Your task is to reproduce exactly the lines that run from the beginning of the data through the line where "#9=(NAMED_UNIT(*)PLANE_ANGLE_UNIT()SI_UNIT($,.RADIAN.));" appears.

### Source data
== == ==
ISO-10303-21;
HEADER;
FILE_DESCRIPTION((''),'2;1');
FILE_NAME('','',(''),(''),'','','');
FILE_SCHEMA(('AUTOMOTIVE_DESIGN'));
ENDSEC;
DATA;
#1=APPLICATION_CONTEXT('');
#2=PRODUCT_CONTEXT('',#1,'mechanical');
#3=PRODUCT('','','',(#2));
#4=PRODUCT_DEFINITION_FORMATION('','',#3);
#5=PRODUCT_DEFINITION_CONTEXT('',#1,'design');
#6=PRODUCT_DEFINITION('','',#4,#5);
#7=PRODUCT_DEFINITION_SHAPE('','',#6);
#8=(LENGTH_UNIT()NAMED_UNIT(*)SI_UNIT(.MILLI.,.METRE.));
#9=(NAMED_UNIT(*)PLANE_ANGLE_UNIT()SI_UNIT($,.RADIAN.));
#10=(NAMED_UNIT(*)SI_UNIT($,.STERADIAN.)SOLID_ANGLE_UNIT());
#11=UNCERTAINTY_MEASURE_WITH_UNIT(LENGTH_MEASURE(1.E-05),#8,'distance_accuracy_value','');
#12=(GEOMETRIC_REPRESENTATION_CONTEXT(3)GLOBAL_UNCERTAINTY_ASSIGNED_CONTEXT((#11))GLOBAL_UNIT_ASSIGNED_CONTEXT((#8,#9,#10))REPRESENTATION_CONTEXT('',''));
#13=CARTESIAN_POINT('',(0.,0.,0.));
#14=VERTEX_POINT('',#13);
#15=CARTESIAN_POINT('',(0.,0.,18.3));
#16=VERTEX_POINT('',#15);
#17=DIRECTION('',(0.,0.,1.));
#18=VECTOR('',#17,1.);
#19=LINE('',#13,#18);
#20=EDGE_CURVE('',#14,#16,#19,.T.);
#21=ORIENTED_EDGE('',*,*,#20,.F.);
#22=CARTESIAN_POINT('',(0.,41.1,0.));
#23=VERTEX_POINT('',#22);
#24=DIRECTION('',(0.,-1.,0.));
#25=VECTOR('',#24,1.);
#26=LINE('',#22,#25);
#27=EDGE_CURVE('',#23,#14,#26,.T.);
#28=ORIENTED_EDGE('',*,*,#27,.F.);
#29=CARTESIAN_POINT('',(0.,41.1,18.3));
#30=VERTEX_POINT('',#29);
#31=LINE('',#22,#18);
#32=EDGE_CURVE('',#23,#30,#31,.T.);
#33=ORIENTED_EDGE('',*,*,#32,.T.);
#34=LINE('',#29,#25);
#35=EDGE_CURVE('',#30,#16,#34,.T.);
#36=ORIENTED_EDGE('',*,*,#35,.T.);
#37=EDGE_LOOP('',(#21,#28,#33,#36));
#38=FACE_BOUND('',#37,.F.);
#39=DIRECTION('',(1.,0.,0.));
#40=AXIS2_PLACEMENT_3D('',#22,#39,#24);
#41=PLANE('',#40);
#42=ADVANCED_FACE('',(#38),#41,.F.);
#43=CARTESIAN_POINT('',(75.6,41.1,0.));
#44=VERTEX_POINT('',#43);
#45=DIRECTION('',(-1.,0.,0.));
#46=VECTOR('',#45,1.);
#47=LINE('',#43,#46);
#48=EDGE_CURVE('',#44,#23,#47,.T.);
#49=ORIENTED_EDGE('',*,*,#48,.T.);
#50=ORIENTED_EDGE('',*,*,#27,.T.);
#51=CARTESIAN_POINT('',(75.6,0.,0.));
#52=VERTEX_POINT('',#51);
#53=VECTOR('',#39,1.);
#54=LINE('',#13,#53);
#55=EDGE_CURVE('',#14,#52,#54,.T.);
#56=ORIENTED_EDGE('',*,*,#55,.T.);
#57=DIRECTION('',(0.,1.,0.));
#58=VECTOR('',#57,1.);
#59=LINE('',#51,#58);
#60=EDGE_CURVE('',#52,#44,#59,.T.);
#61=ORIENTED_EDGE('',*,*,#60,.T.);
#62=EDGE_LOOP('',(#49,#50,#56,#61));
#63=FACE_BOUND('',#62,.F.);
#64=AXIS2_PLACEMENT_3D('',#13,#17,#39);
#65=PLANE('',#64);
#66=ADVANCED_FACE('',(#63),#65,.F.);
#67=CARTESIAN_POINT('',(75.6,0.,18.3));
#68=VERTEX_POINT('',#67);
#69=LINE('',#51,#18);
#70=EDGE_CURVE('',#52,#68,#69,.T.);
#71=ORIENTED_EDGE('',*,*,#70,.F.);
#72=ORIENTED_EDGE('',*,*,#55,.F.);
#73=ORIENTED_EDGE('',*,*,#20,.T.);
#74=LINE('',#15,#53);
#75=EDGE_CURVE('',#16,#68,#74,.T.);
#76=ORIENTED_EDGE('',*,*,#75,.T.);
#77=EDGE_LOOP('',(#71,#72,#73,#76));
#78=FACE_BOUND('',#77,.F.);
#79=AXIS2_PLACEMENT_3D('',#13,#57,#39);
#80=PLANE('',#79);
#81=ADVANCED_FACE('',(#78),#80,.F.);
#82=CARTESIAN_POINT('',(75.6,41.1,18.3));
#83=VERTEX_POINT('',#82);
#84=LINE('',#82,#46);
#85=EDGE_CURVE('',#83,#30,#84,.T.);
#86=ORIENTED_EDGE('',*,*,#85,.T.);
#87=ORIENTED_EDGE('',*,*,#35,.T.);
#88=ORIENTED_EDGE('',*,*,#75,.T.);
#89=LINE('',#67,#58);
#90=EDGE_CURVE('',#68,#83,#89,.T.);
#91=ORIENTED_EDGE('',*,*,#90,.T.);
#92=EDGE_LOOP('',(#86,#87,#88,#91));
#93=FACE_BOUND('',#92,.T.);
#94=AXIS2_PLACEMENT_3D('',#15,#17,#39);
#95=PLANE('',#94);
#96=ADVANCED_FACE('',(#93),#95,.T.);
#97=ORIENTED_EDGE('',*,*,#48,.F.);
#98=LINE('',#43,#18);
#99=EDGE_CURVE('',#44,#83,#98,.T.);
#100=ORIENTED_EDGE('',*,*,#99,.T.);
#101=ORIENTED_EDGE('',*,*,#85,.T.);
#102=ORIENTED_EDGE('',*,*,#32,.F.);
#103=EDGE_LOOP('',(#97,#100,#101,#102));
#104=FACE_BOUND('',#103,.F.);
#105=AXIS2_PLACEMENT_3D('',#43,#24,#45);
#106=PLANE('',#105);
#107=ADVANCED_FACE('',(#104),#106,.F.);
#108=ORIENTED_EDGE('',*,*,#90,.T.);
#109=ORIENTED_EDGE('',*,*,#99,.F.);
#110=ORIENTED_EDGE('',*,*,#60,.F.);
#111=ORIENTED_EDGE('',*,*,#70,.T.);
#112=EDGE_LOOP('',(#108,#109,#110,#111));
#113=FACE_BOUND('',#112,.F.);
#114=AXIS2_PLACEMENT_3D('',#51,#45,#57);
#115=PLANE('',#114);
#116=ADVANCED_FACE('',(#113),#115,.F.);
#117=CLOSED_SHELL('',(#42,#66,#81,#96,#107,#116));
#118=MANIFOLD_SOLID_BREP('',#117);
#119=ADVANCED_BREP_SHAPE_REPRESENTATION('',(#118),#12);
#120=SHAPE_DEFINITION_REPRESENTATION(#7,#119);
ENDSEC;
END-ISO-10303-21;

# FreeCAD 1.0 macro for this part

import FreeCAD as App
import Part
import Sketcher
from FreeCAD import Vector
Q = App.Units.Quantity

doc = App.newDocument("Part")
params = doc.addObject("Spreadsheet::Sheet", "Params")
for row, (alias, value) in enumerate([
    ("sketch1_width", "75.6 mm"),
    ("sketch1_height", "41.1 mm"),
    ("pad1_length", "18.3 mm"),
], start=1):
    params.set(f"A{row}", alias)
    params.set(f"B{row}", "=" + value)
    params.setAlias(f"B{row}", alias)

body = doc.addObject("PartDesign::Body", "Body")

# Sketch on XY plane
sketch1 = doc.addObject("Sketcher::SketchObject", "Sketch")
body.addObject(sketch1)
sketch1.AttachmentSupport = (doc.XY_Plane, [""])
sketch1.MapMode = "FlatFace"
sketch1.addGeometry([
    Part.LineSegment(Vector(0, 41.1, 0), Vector(0, 0, 0)),
    Part.LineSegment(Vector(0, 0, 0), Vector(75.6, 0, 0)),
    Part.LineSegment(Vector(75.6, 0, 0), Vector(75.6, 41.1, 0)),
    Part.LineSegment(Vector(75.6, 41.1, 0), Vector(0, 41.1, 0)),
], False)
sketch1.addConstraint([
    Sketcher.Constraint("Coincident", 0, 2, 1, 1),
    Sketcher.Constraint("Coincident", 1, 2, 2, 1),
    Sketcher.Constraint("Coincident", 2, 2, 3, 1),
    Sketcher.Constraint("Coincident", 3, 2, 0, 1),
    Sketcher.Constraint("Vertical", 0),
    Sketcher.Constraint("Horizontal", 1),
    Sketcher.Constraint("Vertical", 2),
    Sketcher.Constraint("Horizontal", 3),
    Sketcher.Constraint("Coincident", 0, 2, -1, 1),
    Sketcher.Constraint("DistanceX", 1, 1, 1, 2, Q("75.6 mm")),
    Sketcher.Constraint("DistanceY", 0, 2, 0, 1, Q("41.1 mm")),
])
sketch1.setExpression("Constraints[9]", "Params.sketch1_width")
sketch1.setExpression("Constraints[10]", "Params.sketch1_height")
pad1 = doc.addObject("PartDesign::Pad", "Pad")
body.addObject(pad1)
pad1.Profile = sketch1
pad1.setExpression("Length", "Params.pad1_length")

doc.recompute()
== == ==
### Answer for the task
ISO-10303-21;
HEADER;
FILE_DESCRIPTION((''),'2;1');
FILE_NAME('','',(''),(''),'','','');
FILE_SCHEMA(('AUTOMOTIVE_DESIGN'));
ENDSEC;
DATA;
#1=APPLICATION_CONTEXT('');
#2=PRODUCT_CONTEXT('',#1,'mechanical');
#3=PRODUCT('','','',(#2));
#4=PRODUCT_DEFINITION_FORMATION('','',#3);
#5=PRODUCT_DEFINITION_CONTEXT('',#1,'design');
#6=PRODUCT_DEFINITION('','',#4,#5);
#7=PRODUCT_DEFINITION_SHAPE('','',#6);
#8=(LENGTH_UNIT()NAMED_UNIT(*)SI_UNIT(.MILLI.,.METRE.));
#9=(NAMED_UNIT(*)PLANE_ANGLE_UNIT()SI_UNIT($,.RADIAN.));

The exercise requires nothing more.